[Saved entries]
================

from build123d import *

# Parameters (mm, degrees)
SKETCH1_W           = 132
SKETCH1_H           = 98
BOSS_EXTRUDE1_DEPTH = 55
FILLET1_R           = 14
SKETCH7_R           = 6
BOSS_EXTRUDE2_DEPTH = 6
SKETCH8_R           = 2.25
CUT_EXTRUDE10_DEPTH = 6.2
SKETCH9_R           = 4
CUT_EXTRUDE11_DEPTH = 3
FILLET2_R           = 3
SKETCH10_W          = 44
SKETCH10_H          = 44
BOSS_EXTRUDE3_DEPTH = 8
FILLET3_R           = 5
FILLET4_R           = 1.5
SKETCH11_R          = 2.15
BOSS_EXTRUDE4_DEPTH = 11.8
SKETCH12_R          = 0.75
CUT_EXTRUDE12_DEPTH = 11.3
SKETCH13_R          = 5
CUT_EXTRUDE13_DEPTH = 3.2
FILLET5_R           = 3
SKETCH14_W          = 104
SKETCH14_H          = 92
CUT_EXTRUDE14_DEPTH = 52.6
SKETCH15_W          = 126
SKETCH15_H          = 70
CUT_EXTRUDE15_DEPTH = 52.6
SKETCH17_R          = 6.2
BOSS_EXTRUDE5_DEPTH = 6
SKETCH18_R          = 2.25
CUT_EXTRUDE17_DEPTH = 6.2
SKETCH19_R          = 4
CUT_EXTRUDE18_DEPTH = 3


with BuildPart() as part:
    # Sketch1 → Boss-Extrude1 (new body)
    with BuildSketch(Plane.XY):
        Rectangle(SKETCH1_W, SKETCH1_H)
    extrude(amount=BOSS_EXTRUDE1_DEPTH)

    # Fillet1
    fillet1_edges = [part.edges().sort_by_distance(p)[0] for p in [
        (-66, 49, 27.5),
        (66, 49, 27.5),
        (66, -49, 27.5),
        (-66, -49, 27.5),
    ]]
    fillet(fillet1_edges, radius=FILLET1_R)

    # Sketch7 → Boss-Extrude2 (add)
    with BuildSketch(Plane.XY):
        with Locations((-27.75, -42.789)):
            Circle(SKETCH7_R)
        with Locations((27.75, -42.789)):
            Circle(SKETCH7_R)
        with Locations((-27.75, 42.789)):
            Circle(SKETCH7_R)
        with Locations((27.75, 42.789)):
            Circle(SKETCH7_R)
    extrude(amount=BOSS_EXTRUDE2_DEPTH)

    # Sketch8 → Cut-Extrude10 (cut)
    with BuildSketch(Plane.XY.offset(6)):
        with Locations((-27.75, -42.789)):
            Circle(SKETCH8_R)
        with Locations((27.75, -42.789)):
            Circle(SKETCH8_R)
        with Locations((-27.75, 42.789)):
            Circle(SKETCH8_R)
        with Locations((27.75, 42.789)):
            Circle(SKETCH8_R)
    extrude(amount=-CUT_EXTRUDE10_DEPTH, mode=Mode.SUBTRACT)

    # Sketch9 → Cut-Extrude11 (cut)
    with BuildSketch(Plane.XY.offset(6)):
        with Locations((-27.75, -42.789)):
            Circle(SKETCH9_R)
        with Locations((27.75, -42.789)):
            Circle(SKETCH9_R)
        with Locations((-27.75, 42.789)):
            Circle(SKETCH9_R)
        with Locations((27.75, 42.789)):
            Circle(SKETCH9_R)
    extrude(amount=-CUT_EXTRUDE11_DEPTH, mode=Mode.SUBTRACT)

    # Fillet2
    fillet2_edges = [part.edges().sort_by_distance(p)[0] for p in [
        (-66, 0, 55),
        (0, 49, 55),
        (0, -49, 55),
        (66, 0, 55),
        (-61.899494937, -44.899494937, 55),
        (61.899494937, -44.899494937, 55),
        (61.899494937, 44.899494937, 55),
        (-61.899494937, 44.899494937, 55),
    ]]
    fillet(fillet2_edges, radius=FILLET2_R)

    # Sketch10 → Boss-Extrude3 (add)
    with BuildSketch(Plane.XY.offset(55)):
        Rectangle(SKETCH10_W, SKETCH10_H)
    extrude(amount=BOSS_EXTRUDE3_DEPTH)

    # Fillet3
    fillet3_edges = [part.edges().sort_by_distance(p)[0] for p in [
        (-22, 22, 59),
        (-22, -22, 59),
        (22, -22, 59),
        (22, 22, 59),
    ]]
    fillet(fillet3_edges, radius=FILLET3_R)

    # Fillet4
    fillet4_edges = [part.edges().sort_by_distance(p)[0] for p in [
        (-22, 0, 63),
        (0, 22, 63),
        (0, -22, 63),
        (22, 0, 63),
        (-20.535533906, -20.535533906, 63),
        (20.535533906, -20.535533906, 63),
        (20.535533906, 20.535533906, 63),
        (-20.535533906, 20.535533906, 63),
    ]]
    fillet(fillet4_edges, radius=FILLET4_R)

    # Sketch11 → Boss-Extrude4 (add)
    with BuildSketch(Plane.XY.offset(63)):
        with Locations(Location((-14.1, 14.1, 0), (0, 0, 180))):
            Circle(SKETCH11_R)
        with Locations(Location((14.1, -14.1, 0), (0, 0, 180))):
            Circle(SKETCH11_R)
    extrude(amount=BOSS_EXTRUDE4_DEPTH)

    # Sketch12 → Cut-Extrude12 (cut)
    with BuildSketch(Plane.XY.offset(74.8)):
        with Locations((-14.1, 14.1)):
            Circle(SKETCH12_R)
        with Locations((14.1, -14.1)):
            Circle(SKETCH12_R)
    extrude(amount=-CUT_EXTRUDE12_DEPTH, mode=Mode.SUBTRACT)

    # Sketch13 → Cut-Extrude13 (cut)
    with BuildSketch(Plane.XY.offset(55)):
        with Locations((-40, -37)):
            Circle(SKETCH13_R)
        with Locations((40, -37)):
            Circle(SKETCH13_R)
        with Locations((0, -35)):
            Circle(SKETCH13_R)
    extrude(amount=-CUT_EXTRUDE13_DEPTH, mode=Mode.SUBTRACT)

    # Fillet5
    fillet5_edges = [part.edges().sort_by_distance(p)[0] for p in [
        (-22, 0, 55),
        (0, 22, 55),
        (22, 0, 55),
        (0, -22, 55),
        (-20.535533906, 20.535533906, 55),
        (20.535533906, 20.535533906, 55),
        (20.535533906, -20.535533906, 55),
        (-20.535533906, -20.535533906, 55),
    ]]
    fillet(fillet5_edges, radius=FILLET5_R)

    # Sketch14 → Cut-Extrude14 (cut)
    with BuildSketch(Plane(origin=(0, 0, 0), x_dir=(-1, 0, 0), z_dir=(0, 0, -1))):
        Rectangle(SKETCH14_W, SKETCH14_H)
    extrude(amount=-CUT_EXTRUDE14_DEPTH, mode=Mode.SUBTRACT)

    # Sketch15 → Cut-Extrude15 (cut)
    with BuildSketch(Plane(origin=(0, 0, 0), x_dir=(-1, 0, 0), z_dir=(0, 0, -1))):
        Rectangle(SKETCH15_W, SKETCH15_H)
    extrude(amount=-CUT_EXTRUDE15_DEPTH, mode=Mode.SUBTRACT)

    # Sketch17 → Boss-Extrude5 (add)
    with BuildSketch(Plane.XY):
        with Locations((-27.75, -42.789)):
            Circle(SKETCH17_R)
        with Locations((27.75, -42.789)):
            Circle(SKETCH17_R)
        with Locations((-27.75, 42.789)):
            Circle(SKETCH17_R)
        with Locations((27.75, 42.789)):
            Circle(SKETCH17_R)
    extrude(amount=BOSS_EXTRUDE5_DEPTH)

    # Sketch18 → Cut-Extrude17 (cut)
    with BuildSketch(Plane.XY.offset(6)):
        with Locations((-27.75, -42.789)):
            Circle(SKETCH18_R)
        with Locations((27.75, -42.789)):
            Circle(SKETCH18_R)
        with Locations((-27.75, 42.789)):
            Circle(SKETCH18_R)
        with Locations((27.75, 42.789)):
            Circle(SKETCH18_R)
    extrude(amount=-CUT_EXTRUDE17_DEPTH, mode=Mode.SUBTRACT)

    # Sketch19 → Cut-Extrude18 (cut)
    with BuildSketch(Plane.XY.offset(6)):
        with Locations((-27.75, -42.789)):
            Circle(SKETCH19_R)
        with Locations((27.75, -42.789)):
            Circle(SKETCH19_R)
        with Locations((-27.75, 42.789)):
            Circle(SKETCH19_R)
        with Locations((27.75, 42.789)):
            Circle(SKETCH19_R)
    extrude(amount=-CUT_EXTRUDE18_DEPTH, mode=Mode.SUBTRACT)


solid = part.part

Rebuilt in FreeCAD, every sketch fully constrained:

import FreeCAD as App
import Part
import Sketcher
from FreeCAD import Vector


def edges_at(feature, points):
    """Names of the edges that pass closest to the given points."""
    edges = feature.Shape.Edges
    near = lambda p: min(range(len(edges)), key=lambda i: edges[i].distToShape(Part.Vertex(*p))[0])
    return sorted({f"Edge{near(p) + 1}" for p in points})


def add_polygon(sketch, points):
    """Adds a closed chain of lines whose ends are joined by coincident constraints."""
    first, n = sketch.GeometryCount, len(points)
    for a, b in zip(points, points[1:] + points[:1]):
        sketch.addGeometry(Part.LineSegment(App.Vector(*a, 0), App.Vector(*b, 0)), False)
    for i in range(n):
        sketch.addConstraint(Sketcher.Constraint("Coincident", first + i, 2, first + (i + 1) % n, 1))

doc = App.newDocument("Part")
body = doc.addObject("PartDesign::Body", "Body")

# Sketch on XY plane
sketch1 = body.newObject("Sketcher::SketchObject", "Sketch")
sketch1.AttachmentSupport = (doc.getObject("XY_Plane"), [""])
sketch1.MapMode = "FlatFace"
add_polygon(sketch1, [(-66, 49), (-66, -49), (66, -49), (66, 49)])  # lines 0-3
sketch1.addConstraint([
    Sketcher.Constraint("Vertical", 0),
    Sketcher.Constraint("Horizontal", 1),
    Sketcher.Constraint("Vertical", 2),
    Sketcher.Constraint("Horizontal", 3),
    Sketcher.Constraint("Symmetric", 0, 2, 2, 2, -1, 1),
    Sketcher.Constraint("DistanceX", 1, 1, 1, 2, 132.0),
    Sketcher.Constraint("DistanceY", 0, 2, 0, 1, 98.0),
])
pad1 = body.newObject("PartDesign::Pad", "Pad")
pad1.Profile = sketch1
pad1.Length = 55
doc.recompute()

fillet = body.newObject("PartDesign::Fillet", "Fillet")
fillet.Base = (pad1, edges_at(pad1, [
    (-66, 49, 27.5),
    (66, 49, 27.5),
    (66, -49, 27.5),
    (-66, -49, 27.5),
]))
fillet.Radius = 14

================

• _ASSIGNED TASK_: Where in the entries does the word "Rectangle" occur? Copy out each line that has it.

• _THE ANSWER_:
        Rectangle(SKETCH1_W, SKETCH1_H)
        Rectangle(SKETCH10_W, SKETCH10_H)
        Rectangle(SKETCH14_W, SKETCH14_H)
        Rectangle(SKETCH15_W, SKETCH15_H)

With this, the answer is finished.